The vehicles will include Centenary Gold front and rear badging, that will match the wheel centre badges and treadplates with a '1919-2019' motif. The steering wheel badge, key fob and gear selector all feature the same design.
Each Bentley will have a special Centenary welcome light and even the seat embroidery is bespoke to the 2019 cars, with Centenary Gold headrest logos and Centenary Gold Contrast Stitch or Cross Stitch available on these special models.
Centenary Gold, by the way, is a colour inspired by the metalwork found on vintage Bentleys, like the EXP2 of 1919 and the 'Birkin' Blower of 1929. The finish is said to honour 'the company's rich heritage and racing triumphs while interpreting for the modern day with an elegant warm tone and a deep fluid shadow', and it will be used in Bentley's Centenary logo and all the celebration events the company is planning for 2019.
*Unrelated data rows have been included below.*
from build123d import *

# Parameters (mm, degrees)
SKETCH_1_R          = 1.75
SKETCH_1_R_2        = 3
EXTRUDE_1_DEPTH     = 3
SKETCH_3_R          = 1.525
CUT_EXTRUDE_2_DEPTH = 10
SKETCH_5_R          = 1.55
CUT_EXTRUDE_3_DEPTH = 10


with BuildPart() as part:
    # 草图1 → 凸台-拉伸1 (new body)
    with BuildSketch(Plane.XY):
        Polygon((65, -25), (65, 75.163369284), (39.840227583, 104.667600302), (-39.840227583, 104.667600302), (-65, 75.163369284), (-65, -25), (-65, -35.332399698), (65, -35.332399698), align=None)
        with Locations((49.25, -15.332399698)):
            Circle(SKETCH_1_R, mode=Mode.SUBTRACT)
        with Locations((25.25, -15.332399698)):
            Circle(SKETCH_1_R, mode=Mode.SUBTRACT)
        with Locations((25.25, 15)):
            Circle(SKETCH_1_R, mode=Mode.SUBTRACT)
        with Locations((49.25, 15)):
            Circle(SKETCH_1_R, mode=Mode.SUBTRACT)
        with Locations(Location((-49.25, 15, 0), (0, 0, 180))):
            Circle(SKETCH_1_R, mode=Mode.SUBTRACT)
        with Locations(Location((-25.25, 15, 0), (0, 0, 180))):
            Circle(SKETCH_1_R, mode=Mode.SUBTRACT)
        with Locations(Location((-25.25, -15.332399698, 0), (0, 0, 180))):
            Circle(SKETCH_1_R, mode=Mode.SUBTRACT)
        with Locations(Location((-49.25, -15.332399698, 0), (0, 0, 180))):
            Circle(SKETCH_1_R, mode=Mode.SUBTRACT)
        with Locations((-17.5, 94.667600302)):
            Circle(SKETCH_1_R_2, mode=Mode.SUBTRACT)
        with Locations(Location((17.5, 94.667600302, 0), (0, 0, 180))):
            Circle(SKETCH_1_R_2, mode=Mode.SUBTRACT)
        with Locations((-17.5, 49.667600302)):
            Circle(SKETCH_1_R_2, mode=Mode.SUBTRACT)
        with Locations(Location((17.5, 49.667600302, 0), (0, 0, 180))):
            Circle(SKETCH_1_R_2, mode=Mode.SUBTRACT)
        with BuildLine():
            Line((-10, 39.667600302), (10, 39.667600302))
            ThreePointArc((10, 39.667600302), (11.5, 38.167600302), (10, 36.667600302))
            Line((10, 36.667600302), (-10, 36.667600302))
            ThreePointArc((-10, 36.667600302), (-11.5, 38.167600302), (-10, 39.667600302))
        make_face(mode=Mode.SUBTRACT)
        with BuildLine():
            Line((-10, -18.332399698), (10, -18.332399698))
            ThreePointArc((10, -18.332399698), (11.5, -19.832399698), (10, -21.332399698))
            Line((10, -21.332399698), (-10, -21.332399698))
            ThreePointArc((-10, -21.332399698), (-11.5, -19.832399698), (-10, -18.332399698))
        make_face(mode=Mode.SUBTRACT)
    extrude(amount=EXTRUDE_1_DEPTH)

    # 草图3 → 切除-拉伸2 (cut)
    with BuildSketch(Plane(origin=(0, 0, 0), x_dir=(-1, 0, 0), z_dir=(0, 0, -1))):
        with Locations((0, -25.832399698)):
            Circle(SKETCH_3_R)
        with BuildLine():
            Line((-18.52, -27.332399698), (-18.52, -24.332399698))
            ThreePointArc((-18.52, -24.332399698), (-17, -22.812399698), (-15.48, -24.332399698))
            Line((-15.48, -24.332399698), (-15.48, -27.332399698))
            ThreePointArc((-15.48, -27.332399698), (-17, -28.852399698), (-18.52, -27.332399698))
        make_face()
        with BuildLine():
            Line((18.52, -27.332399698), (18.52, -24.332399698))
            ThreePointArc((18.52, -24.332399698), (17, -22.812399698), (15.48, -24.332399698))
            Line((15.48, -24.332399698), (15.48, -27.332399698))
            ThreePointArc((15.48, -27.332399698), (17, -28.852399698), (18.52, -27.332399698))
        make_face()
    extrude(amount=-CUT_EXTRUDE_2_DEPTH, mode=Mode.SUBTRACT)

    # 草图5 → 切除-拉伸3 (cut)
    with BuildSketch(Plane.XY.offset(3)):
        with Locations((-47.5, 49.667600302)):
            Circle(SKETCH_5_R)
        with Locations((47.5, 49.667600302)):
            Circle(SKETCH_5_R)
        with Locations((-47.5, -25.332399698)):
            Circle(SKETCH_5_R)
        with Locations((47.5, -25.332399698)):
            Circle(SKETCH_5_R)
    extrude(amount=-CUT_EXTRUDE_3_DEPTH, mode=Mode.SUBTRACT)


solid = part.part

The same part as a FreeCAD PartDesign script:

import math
import FreeCAD as App
import Part
import Sketcher

V = App.Vector
Q = App.Units.Quantity

doc = App.newDocument("Part")
params = doc.addObject("Spreadsheet::Sheet", "Params")
for row, (alias, value) in enumerate([
    ("sketch1_diameter", "6 mm"),
    ("sketch1_diameter2", "3.5 mm"),
    ("sketch1_radius", "1.5 mm"),
    ("sketch1_width", "130 mm"),
    ("sketch1_width2", "20 mm"),
    ("pad1_length", "3 mm"),
    ("sketch2_diameter", "3.05 mm"),
    ("sketch2_height", "3 mm"),
    ("sketch2_radius", "1.52 mm"),
    ("pocket1_length", "10 mm"),
    ("sketch3_diameter", "3.1 mm"),
    ("pocket2_length", "10 mm"),
], start=1):
    params.set(f"A{row}", alias)
    params.set(f"B{row}", "=" + value)
    params.setAlias(f"B{row}", alias)

body = doc.addObject("PartDesign::Body", "Body")

sketch1 = doc.addObject("Sketcher::SketchObject", "Sketch")
body.addObject(sketch1)
sketch1.AttachmentSupport = (doc.XY_Plane, [""])
sketch1.MapMode = "FlatFace"
sketch1.addGeometry([
    Part.LineSegment(V(65, 75.2, 0), V(39.8, 104.7, 0)),
    Part.LineSegment(V(39.8, 104.7, 0), V(-39.8, 104.7, 0)),
    Part.LineSegment(V(-39.8, 104.7, 0), V(-65, 75.2, 0)),
    Part.LineSegment(V(-65, 75.2, 0), V(-65, -35.3, 0)),
    Part.LineSegment(V(-65, -35.3, 0), V(65, -35.3, 0)),
    Part.LineSegment(V(65, -35.3, 0), V(65, 75.2, 0)),
    Part.Circle(V(-49.2, -15.3, 0), V(0, 0, 1), 1.8),
    Part.Circle(V(-25.2, -15.3, 0), V(0, 0, 1), 1.8),
    Part.Circle(V(-49.2, 15, 0), V(0, 0, 1), 1.8),
    Part.Circle(V(-25.2, 15, 0), V(0, 0, 1), 1.8),
    Part.ArcOfCircle(Part.Circle(V(-10, -19.8, 0), V(0, 0, 1), 1.5), math.radians(90), math.radians(270)),
    Part.LineSegment(V(-10, -18.3, 0), V(10, -18.3, 0)),
    Part.ArcOfCircle(Part.Circle(V(10, -19.8, 0), V(0, 0, 1), 1.5), math.radians(-90), math.radians(90)),
    Part.LineSegment(V(10, -21.3, 0), V(-10, -21.3, 0)),
    Part.Circle(V(25.2, -15.3, 0), V(0, 0, 1), 1.8),
    Part.Circle(V(49.2, -15.3, 0), V(0, 0, 1), 1.8),
    Part.Circle(V(25.2, 15, 0), V(0, 0, 1), 1.8),
    Part.Circle(V(49.2, 15, 0), V(0, 0, 1), 1.8),
    Part.Circle(V(-17.5, 49.7, 0), V(0, 0, 1), 3),
    Part.Circle(V(-17.5, 94.7, 0), V(0, 0, 1), 3),
    Part.ArcOfCircle(Part.Circle(V(-10, 38.2, 0), V(0, 0, 1), 1.5), math.radians(90), math.radians(270)),
    Part.LineSegment(V(-10, 39.7, 0), V(10, 39.7, 0)),
    Part.ArcOfCircle(Part.Circle(V(10, 38.2, 0), V(0, 0, 1), 1.5), math.radians(-90), math.radians(90)),
    Part.LineSegment(V(10, 36.7, 0), V(-10, 36.7, 0)),
    Part.Circle(V(17.5, 49.7, 0), V(0, 0, 1), 3),
    Part.Circle(V(17.5, 94.7, 0), V(0, 0, 1), 3),
], False)
sketch1.addConstraint([
    Sketcher.Constraint("Coincident", 0, 2, 1, 1),
    Sketcher.Constraint("Coincident", 1, 2, 2, 1),
    Sketcher.Constraint("Coincident", 2, 2, 3, 1),
    Sketcher.Constraint("Coincident", 3, 2, 4, 1),
    Sketcher.Constraint("Coincident", 4, 2, 5, 1),
    Sketcher.Constraint("Coincident", 5, 2, 0, 1),
    Sketcher.Constraint("Tangent", 10, 1, 11, 1),
    Sketcher.Constraint("Tangent", 11, 2, 12, 2),
    Sketcher.Constraint("Tangent", 12, 1, 13, 1),
    Sketcher.Constraint("Tangent", 13, 2, 10, 2),
    Sketcher.Constraint("Tangent", 20, 1, 21, 1),
    Sketcher.Constraint("Tangent", 21, 2, 22, 2),
    Sketcher.Constraint("Tangent", 22, 1, 23, 1),
    Sketcher.Constraint("Tangent", 23, 2, 20, 2),
    Sketcher.Constraint("Horizontal", 1),
    Sketcher.Constraint("Vertical", 3),
    Sketcher.Constraint("Horizontal", 4),
    Sketcher.Constraint("Vertical", 5),
    Sketcher.Constraint("Horizontal", 11),
    Sketcher.Constraint("Horizontal", 13),
    Sketcher.Constraint("Horizontal", 21),
    Sketcher.Constraint("Horizontal", 23),
    Sketcher.Constraint("Equal", 6, 7),
    Sketcher.Constraint("Equal", 7, 8),
    Sketcher.Constraint("Equal", 8, 9),
    Sketcher.Constraint("Equal", 9, 14),
    Sketcher.Constraint("Equal", 14, 15),
    Sketcher.Constraint("Equal", 15, 16),
    Sketcher.Constraint("Equal", 16, 17),
    Sketcher.Constraint("Equal", 18, 19),
    Sketcher.Constraint("Equal", 12, 20),
    Sketcher.Constraint("Equal", 19, 24),
    Sketcher.Constraint("Equal", 24, 25),
    Sketcher.Constraint("Symmetric", 7, 3, 14, 3, -2),
    Sketcher.Constraint("Symmetric", 6, 3, 15, 3, -2),
    Sketcher.Constraint("Symmetric", 9, 3, 16, 3, -2),
    Sketcher.Constraint("Symmetric", 8, 3, 17, 3, -2),
    Sketcher.Constraint("Symmetric", 18, 3, 24, 3, -2),
    Sketcher.Constraint("Symmetric", 19, 3, 25, 3, -2),
    Sketcher.Constraint("Symmetric", 2, 2, 5, 2, -2),
    Sketcher.Constraint("Horizontal", 6, 3, 7, 3),
    Sketcher.Constraint("Horizontal", 8, 3, 9, 3),
    Sketcher.Constraint("Vertical", 6, 3, 8, 3),
    Sketcher.Constraint("Vertical", 7, 3, 9, 3),
    Sketcher.Constraint("Vertical", 18, 3, 19, 3),
    Sketcher.Constraint("Vertical", 10, 3, 20, 3),
    Sketcher.Constraint("Vertical", 12, 3, 22, 3),
    Sketcher.Constraint("Equal", 0, 2),
    Sketcher.Constraint("Diameter", 18, Q("6 mm")),
    Sketcher.Constraint("Diameter", 6, Q("3.5 mm")),
    Sketcher.Constraint("Radius", 10, Q("1.5 mm")),
    Sketcher.Constraint("DistanceX", 4, 1, 4, 2, Q("130 mm")),
    Sketcher.Constraint("DistanceX", 11, 1, 11, 2, Q("20 mm")),
    Sketcher.Constraint("DistanceY", -1, 1, 8, 3, Q("15 mm")),
    Sketcher.Constraint("DistanceX", 10, 3, -1, 1, Q("10 mm")),
    Sketcher.Constraint("DistanceX", 6, 3, 7, 3, Q("24 mm")),
    Sketcher.Constraint("DistanceY", 7, 3, 18, 3, Q("65 mm")),
    Sketcher.Constraint("DistanceY", 18, 3, 19, 3, Q("45 mm")),
    Sketcher.Constraint("DistanceX", 18, 3, 24, 3, Q("35 mm")),
    Sketcher.Constraint("DistanceY", 25, 3, 0, 2, Q("10 mm")),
Born in 1888, founder Walter Owen 'W.O.' Bentley grew up as an engineer, spending some time with the Great Northern Railway in the UK before turning his attention to road-going machines in 1910. He founded Bentley in 1919 and by September 1921, the first production model was delivered to Noel van Raalte, at a cost of £1,050 (about €54,400, inflation adjusted0 - and it already had the marque's distinctive radiator casing and 'Flying B' insignia. Bentley models throughout the 1920s became hugely desirable and famous cars, with motorsport success - at Brooklands, Indianapolis and the Isle of Man, as well as the Bentley Boys of Le Mans - cementing the brand's reputation.
A film looking back at Bentley's past can be viewed at www.BentleyMotors.com/100Years, and July 10th, 2019, will be a day of celebration for the first 100 years in the company's history.